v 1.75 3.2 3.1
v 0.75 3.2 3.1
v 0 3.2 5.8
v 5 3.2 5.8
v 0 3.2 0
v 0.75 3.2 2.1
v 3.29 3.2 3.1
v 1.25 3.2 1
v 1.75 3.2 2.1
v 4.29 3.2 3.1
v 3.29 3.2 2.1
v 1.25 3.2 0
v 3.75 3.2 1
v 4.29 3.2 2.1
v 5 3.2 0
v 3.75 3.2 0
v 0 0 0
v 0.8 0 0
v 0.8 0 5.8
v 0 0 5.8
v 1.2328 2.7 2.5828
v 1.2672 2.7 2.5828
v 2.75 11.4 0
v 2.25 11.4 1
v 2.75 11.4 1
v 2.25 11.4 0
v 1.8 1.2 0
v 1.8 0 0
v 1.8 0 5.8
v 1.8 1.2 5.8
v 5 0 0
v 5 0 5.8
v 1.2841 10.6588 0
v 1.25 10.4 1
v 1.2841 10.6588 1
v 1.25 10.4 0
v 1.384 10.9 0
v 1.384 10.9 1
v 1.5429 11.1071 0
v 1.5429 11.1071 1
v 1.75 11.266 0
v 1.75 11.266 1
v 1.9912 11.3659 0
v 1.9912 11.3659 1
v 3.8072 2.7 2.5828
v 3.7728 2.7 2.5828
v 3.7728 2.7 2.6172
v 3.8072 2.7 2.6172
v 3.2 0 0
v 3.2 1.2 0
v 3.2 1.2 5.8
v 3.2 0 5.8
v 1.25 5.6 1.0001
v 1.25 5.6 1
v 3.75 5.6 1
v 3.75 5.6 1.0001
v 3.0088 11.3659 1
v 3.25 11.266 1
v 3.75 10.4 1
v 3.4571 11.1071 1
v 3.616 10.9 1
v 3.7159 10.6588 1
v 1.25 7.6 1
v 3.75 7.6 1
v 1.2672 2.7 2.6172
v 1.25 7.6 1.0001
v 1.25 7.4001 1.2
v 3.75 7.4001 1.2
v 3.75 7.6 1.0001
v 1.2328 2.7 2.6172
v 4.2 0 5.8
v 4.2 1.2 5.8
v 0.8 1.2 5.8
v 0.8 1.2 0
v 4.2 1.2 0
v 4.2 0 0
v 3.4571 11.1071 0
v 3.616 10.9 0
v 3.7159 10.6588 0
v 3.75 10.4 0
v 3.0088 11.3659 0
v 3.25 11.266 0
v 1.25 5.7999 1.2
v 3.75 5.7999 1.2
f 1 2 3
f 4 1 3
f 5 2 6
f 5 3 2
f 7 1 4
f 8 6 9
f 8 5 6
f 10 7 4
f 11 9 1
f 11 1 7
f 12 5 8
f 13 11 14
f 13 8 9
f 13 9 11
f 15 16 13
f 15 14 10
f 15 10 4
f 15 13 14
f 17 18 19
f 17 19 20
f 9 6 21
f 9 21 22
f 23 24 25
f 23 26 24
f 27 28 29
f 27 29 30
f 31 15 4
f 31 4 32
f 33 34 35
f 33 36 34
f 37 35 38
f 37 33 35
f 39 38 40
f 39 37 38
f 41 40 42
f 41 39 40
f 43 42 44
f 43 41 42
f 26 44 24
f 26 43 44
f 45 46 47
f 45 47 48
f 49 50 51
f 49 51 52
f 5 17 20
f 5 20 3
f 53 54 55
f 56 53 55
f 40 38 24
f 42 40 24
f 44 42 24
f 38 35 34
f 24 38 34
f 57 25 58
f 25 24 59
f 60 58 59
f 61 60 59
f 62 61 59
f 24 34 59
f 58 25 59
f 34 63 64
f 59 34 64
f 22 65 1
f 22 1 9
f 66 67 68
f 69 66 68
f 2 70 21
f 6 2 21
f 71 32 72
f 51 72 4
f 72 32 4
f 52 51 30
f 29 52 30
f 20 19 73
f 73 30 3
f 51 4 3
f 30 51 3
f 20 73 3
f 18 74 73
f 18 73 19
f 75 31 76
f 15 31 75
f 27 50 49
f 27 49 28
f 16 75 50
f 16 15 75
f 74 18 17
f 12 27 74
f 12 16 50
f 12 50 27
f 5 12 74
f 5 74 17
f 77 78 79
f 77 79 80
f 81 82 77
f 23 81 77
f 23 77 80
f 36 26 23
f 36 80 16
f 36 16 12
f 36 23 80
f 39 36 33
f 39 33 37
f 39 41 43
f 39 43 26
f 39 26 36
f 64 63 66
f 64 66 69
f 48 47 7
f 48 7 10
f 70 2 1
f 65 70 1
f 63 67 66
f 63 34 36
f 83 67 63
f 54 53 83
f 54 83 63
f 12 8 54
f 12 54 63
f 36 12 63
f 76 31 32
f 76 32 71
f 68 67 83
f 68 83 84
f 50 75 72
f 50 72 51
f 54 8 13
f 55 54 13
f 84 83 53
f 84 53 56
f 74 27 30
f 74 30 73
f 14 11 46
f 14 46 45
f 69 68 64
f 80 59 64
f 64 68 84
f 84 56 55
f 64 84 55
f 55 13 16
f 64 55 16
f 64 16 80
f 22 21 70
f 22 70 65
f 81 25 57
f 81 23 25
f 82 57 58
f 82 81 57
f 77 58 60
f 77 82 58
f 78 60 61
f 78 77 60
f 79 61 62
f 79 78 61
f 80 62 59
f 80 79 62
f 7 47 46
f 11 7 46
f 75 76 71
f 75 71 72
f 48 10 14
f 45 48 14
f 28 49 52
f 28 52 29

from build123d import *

# Parameters (mm, degrees)
EXTRUDE_1_DEPTH                  = 5.8
SKETCH_2_W                       = 2.5
SKETCH_2_H                       = 1
EXTRUDE_2_DEPTH                  = 8.2
SKETCH_3_W                       = 2.5
SKETCH_3_H                       = 2
EXTRUDE_3_DEPTH                  = 0.2
CHAMFER_1_SIZE                   = 0.2
FILLET_1_R                       = 1
SKETCH_4_W                       = 1
SKETCH_4_H                       = 1
CUT_EXTRUDE_1_DEPTH              = 0.5
CUT_EXTRUDE_1_DRAFT              = -44
PATTERN_LINEAR_1_COPY_1_SKETCH_W = 1
PATTERN_LINEAR_1_COPY_1_SKETCH_H = 1
PATTERN_LINEAR_1_COPY_1_DEPTH    = 0.5
PATTERN_LINEAR_1_COPY_1_DRAFT    = -44


with BuildPart() as part:
    # Эскиз1 → Бобышка-Вытянуть1 (new body)
    with BuildSketch(Plane.XY):
        Polygon((0, 0), (0, 3.2), (5, 3.2), (5, 0), (4.2, 0), (4.2, 1.2), (3.2, 1.2), (3.2, 0), (1.8, 0), (1.8, 1.2), (0.8, 1.2), (0.8, 0), align=None)
    extrude(amount=EXTRUDE_1_DEPTH)

    # Эскиз2 → Бобышка-Вытянуть2 (add)
    with BuildSketch(Plane(origin=(0, 3.2, 0), x_dir=(1, 0, 0), z_dir=(0, 1, 0))):
        with Locations((2.5, -0.5)):
            Rectangle(SKETCH_2_W, SKETCH_2_H)
    extrude(amount=EXTRUDE_2_DEPTH)

    # Эскиз3 → Бобышка-Вытянуть3 (add)
    with BuildSketch(Plane.XY.offset(1)):
        with Locations((2.5, 6.6)):
            Rectangle(SKETCH_3_W, SKETCH_3_H)
    extrude(amount=EXTRUDE_3_DEPTH)

    # Фаска1
    chamfer_1_edges = [part.edges().sort_by_distance(p)[0] for p in [
        (2.5, 5.6, 1.2),
        (2.5, 7.6, 1.2),
    ]]
    chamfer(chamfer_1_edges, length=CHAMFER_1_SIZE - 0.0001)  # a hair under: the kernel refuses the full size

    # Скругление1
    fillet_1_edges = [part.edges().sort_by_distance(p)[0] for p in [
        (1.25, 11.4, 0.5),
        (3.75, 11.4, 0.5),
    ]]
    fillet(fillet_1_edges, radius=FILLET_1_R)


with BuildPart() as cut_extrude_1_tool:
    # Эскиз4 → Вырез-Вытянуть1 (with draft: the straight prism first)
    with BuildSketch(Plane(origin=(0, 3.2, 0), x_dir=(1, 0, 0), z_dir=(0, 1, 0))):
        with Locations((1.25, -2.6)):
            Rectangle(SKETCH_4_W, SKETCH_4_H)
    extrude(amount=-CUT_EXTRUDE_1_DEPTH)
    # Вырез-Вытянуть1: the draft: its side faces are tilted about the plane it starts from
    cut_extrude_1_sides = [cut_extrude_1_tool.faces().sort_by_distance(p)[0] for p in [
        (0.75, 2.95, 2.6),
        (1.25, 2.95, 3.1),
        (1.75, 2.95, 2.6),
        (1.25, 2.95, 2.1),
    ]]
    draft(cut_extrude_1_sides, Plane(origin=(0, 3.2, 0), x_dir=(1, 0, 0), z_dir=(0, 1, 0)), CUT_EXTRUDE_1_DRAFT)


with BuildPart() as part_1:
    add(part.part)

    # Вырез-Вытянуть1: cut by cut_extrude_1_tool
    add(cut_extrude_1_tool.part, mode=Mode.SUBTRACT)


with BuildPart() as pattern_linear_1_copy_1_tool:
    # Линейный массив1 copy 1 sketch → Линейный массив1 copy 1 (with draft: the straight prism first)
    with BuildSketch(Plane(origin=(2.54, 3.2, 0), x_dir=(1, 0, 0), z_dir=(0, 1, 0))):
        with Locations((1.25, -2.6)):
            Rectangle(PATTERN_LINEAR_1_COPY_1_SKETCH_W, PATTERN_LINEAR_1_COPY_1_SKETCH_H)
    extrude(amount=-PATTERN_LINEAR_1_COPY_1_DEPTH)
    # Линейный массив1 copy 1: the draft: its side faces are tilted about the plane it starts from
    pattern_linear_1_copy_1_sides = [pattern_linear_1_copy_1_tool.faces().sort_by_distance(p)[0] for p in [
        (3.29, 2.95, 2.6),
        (3.79, 2.95, 3.1),
        (4.29, 2.95, 2.6),
        (3.79, 2.95, 2.1),
    ]]
    draft(pattern_linear_1_copy_1_sides, Plane(origin=(2.54, 3.2, 0), x_dir=(1, 0, 0), z_dir=(0, 1, 0)), PATTERN_LINEAR_1_COPY_1_DRAFT)


with BuildPart() as part_2:
    add(part_1.part)

    # Линейный массив1 copy 1: cut by pattern_linear_1_copy_1_tool
    add(pattern_linear_1_copy_1_tool.part, mode=Mode.SUBTRACT)


solid = part_2.part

--------------------------------

#### WORK INSTRUCTIONS
Begin with the first line of the listing above and write out each line exactly, ending with the line that contains "v 1.8 1.2 0".

#### TASK SOLUTION
v 1.75 3.2 3.1
v 0.75 3.2 3.1
v 0 3.2 5.8
v 5 3.2 5.8
v 0 3.2 0
v 0.75 3.2 2.1
v 3.29 3.2 3.1
v 1.25 3.2 1
v 1.75 3.2 2.1
v 4.29 3.2 3.1
v 3.29 3.2 2.1
v 1.25 3.2 0
v 3.75 3.2 1
v 4.29 3.2 2.1
v 5 3.2 0
v 3.75 3.2 0
v 0 0 0
v 0.8 0 0
v 0.8 0 5.8
v 0 0 5.8
v 1.2328 2.7 2.5828
v 1.2672 2.7 2.5828
v 2.75 11.4 0
v 2.25 11.4 1
v 2.75 11.4 1
v 2.25 11.4 0
v 1.8 1.2 0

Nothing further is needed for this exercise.